Will you quote precisely the lines that run from the top of the material below to the line containing "#5=PRODUCT_DEFINITION_CONTEXT('',#1,'design');", both ends included?

# # # #

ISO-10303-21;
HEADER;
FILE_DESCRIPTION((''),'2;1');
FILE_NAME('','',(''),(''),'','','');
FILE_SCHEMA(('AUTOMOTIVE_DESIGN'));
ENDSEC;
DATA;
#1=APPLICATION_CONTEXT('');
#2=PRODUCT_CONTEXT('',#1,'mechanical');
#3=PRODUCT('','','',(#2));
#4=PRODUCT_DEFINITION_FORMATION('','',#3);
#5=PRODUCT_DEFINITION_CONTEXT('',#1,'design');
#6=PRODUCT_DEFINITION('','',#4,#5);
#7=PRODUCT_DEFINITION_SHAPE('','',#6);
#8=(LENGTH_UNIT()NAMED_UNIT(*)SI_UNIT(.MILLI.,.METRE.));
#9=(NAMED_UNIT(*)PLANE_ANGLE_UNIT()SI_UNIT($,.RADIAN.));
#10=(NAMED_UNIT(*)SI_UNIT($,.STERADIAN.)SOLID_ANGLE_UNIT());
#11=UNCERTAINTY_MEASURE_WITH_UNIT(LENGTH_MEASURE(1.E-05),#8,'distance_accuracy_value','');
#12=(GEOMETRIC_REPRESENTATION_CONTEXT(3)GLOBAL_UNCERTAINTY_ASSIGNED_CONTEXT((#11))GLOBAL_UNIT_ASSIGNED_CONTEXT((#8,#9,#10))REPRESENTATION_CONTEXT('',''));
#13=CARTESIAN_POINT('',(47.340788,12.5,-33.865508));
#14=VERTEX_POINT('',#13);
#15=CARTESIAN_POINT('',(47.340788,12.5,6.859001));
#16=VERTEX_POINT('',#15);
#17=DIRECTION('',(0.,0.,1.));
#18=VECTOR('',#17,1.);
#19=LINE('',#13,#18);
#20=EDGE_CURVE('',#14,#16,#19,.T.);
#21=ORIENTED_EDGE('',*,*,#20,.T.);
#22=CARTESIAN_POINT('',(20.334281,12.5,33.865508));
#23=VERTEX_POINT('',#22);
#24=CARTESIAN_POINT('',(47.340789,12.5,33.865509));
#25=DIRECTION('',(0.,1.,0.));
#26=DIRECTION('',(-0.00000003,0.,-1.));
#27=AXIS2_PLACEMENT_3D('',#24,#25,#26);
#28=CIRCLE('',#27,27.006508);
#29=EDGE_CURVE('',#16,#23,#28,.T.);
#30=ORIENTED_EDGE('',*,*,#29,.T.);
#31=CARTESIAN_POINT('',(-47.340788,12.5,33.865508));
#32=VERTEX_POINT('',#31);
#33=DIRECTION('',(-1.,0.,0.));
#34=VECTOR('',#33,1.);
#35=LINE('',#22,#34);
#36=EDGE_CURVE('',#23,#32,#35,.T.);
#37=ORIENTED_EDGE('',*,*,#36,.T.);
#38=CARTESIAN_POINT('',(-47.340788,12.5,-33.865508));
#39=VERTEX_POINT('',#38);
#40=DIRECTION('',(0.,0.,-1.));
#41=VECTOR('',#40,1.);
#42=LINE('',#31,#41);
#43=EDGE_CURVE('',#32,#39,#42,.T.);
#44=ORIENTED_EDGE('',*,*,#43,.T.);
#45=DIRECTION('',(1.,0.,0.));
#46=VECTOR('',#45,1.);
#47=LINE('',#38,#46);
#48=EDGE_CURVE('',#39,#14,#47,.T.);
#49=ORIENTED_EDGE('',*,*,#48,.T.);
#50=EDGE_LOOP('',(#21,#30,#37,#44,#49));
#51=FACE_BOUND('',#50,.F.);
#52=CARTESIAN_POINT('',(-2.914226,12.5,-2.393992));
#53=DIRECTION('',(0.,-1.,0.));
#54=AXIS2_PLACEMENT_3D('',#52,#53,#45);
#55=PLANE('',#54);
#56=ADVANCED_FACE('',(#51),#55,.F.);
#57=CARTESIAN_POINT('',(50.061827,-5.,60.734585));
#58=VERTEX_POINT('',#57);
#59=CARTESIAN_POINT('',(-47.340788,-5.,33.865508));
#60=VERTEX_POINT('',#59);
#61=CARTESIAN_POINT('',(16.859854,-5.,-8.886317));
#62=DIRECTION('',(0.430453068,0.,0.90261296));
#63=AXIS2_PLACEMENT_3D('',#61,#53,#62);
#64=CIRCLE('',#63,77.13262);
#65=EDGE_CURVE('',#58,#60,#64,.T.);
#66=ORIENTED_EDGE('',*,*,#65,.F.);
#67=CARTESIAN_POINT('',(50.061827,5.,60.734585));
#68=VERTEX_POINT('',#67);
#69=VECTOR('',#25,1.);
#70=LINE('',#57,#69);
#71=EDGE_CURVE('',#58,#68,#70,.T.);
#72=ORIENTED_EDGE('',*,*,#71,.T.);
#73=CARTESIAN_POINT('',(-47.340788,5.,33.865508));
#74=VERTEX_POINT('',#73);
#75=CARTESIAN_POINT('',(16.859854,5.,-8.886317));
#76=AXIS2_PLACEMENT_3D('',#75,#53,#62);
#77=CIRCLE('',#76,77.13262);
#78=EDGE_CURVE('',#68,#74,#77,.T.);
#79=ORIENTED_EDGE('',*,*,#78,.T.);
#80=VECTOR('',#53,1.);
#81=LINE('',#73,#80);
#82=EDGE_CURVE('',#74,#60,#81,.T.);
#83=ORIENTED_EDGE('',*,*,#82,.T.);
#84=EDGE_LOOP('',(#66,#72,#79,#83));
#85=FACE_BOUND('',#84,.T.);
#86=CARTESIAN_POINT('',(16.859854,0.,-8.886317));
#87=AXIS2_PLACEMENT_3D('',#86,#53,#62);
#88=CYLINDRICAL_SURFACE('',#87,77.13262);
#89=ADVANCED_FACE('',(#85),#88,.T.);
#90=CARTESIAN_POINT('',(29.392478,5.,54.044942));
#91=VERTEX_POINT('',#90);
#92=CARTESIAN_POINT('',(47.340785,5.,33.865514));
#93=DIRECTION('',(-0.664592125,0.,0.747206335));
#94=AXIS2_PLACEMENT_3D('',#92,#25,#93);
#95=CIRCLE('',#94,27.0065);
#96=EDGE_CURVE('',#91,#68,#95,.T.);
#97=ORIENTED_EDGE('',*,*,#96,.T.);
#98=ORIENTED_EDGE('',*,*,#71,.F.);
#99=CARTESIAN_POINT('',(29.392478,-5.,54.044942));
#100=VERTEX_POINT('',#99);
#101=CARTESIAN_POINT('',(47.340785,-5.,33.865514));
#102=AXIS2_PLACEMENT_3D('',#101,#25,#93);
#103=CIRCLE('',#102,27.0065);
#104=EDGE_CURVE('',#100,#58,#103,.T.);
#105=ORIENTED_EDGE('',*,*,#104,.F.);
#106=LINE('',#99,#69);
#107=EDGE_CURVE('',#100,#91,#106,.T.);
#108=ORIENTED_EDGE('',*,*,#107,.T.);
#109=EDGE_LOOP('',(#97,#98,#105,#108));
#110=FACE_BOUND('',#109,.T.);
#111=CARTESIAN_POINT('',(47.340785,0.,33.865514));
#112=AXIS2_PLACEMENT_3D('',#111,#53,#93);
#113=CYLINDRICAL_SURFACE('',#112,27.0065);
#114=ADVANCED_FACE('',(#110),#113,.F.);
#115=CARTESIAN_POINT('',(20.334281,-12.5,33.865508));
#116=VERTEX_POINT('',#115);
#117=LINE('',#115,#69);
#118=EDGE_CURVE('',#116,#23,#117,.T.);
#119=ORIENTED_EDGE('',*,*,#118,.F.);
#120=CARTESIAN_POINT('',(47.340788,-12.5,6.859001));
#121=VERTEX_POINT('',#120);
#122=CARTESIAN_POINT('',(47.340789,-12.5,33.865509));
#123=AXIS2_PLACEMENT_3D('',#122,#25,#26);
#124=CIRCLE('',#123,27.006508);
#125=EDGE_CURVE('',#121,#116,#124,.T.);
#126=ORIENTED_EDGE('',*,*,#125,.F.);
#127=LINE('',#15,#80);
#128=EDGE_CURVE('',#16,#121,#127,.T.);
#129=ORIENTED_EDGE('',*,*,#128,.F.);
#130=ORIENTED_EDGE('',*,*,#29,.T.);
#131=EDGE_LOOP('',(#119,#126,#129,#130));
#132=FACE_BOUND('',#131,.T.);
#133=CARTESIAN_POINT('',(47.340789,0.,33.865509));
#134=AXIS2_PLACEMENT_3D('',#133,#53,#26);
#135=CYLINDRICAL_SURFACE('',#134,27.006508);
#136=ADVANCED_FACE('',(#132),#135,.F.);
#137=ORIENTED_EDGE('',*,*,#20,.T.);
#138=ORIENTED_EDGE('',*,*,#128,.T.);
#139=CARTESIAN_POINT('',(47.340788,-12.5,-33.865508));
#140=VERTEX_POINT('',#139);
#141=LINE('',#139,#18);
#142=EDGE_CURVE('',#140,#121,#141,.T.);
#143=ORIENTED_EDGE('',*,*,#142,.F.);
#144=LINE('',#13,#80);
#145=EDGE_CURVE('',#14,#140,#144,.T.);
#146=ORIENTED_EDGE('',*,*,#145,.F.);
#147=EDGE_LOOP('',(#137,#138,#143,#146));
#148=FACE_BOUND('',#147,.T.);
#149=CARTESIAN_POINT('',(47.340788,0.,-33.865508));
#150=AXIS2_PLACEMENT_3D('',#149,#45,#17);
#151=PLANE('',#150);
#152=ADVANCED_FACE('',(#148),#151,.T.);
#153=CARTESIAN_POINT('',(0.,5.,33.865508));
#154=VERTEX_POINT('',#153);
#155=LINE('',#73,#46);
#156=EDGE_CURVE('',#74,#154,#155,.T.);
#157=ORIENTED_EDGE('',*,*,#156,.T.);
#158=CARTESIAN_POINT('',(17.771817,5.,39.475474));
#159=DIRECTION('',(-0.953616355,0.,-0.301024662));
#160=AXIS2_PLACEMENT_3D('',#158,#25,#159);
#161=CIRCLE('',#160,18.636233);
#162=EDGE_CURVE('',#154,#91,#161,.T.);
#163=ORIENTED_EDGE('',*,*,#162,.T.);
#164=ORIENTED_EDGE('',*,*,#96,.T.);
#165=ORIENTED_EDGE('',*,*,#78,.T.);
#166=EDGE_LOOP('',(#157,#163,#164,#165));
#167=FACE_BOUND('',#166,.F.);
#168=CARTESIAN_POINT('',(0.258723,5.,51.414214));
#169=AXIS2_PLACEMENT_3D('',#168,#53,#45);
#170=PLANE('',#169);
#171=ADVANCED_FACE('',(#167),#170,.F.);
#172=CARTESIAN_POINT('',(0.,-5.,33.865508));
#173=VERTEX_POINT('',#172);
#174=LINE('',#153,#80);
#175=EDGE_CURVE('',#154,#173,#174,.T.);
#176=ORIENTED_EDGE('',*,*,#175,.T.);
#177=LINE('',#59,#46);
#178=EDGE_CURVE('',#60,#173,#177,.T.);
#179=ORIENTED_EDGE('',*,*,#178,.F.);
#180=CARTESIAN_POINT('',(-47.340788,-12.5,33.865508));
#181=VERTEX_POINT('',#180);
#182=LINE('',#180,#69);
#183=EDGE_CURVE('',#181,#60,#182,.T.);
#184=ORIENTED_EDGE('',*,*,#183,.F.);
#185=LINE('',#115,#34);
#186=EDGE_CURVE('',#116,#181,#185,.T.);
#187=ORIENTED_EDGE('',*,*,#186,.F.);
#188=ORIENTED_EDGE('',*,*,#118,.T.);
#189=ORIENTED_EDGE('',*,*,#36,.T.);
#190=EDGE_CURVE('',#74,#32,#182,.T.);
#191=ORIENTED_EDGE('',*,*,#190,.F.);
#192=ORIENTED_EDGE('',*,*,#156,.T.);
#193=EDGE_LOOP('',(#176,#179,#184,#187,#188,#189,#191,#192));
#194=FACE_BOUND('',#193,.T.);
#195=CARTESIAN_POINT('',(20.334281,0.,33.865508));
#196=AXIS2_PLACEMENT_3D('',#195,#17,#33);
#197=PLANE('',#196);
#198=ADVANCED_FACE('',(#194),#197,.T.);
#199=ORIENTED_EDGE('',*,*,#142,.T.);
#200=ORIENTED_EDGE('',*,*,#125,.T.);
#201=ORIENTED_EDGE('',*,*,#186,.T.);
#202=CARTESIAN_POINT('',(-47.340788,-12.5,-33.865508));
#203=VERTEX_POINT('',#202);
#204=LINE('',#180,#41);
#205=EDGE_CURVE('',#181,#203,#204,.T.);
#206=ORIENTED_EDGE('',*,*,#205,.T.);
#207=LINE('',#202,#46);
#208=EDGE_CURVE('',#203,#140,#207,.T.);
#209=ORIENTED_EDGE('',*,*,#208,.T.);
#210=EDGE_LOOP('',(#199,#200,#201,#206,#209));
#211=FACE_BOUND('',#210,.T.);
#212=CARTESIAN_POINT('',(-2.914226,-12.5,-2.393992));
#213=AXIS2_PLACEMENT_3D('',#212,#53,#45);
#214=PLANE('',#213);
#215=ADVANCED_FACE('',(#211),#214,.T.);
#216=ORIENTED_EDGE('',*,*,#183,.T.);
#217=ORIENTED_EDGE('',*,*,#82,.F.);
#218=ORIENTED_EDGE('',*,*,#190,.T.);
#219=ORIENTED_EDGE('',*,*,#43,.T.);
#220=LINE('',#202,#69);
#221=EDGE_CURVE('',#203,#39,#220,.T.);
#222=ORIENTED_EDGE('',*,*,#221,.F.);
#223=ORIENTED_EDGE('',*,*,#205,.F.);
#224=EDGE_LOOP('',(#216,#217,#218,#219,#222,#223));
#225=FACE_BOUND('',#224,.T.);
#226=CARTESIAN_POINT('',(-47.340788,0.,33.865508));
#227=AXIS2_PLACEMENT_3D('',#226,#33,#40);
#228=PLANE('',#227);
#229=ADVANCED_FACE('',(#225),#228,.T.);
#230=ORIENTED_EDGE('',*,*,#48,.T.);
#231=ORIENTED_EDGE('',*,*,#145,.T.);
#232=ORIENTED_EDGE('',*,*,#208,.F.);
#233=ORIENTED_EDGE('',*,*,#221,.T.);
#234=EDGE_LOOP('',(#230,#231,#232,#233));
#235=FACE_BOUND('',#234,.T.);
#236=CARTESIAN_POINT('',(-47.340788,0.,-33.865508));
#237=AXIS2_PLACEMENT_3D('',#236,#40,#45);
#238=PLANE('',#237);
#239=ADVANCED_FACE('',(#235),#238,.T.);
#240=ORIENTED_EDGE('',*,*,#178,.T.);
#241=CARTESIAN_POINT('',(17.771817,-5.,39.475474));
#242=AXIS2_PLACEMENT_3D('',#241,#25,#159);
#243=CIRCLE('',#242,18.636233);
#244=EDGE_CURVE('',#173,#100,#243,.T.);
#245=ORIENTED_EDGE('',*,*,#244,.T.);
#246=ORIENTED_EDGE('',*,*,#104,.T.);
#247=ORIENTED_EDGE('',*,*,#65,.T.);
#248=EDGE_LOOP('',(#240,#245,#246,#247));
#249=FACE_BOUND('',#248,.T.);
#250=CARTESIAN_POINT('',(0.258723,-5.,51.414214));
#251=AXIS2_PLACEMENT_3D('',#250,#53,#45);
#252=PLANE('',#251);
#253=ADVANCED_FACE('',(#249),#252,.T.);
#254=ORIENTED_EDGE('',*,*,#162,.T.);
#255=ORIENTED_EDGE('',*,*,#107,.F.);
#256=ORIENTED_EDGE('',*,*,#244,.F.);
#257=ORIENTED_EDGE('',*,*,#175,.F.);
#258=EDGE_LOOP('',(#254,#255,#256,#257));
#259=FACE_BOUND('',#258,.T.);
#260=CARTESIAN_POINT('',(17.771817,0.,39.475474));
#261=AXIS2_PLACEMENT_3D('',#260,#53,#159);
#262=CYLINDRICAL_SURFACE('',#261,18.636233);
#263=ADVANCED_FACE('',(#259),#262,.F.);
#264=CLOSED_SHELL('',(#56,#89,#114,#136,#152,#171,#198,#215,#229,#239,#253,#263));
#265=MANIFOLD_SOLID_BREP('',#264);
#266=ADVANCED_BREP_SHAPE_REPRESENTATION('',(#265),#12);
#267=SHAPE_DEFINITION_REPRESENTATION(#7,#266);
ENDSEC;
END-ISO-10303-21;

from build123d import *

# Parameters (mm, degrees)
F1_DEPTH = 12.5
F2_DEPTH = 5


with BuildPart() as f1:
    # F0 (on Front) → F1 (new body, symmetric)
    with BuildSketch(Plane.XZ):
        with BuildLine():
            Line((-47.340788, -33.865508), (47.340788, -33.865508))
            Line((47.340788, -33.865508), (47.340788, 6.859001))
            ThreePointArc((47.340788, 6.859001), (28.244304, 14.769024), (20.334281, 33.865508))
            Line((20.334281, 33.865508), (0, 33.865508))
            Line((0, 33.865508), (-47.340788, 33.865508))
            Line((-47.340788, 33.865508), (-47.340788, -33.865508))
        make_face()
    extrude(amount=F1_DEPTH, both=True)

    # F0 (on Front) → F2 (join, symmetric)
    with BuildSketch(Plane.XZ):
        with BuildLine():
            ThreePointArc((50.061827, 60.734585), (-3.651514, 65.469078), (-47.340788, 33.865508))
            Line((-47.340788, 33.865508), (0, 33.865508))
            ThreePointArc((0, 33.865508), (7.223757, 54.839315), (29.392478, 54.044942))
            ThreePointArc((29.392478, 54.044942), (39.024823, 59.55979), (50.061827, 60.734585))
        make_face()
    extrude(amount=F2_DEPTH, both=True)


solid = f1.part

# # # #

### YOUR RESPONSE
ISO-10303-21;
HEADER;
FILE_DESCRIPTION((''),'2;1');
FILE_NAME('','',(''),(''),'','','');
FILE_SCHEMA(('AUTOMOTIVE_DESIGN'));
ENDSEC;
DATA;
#1=APPLICATION_CONTEXT('');
#2=PRODUCT_CONTEXT('',#1,'mechanical');
#3=PRODUCT('','','',(#2));
#4=PRODUCT_DEFINITION_FORMATION('','',#3);
#5=PRODUCT_DEFINITION_CONTEXT('',#1,'design');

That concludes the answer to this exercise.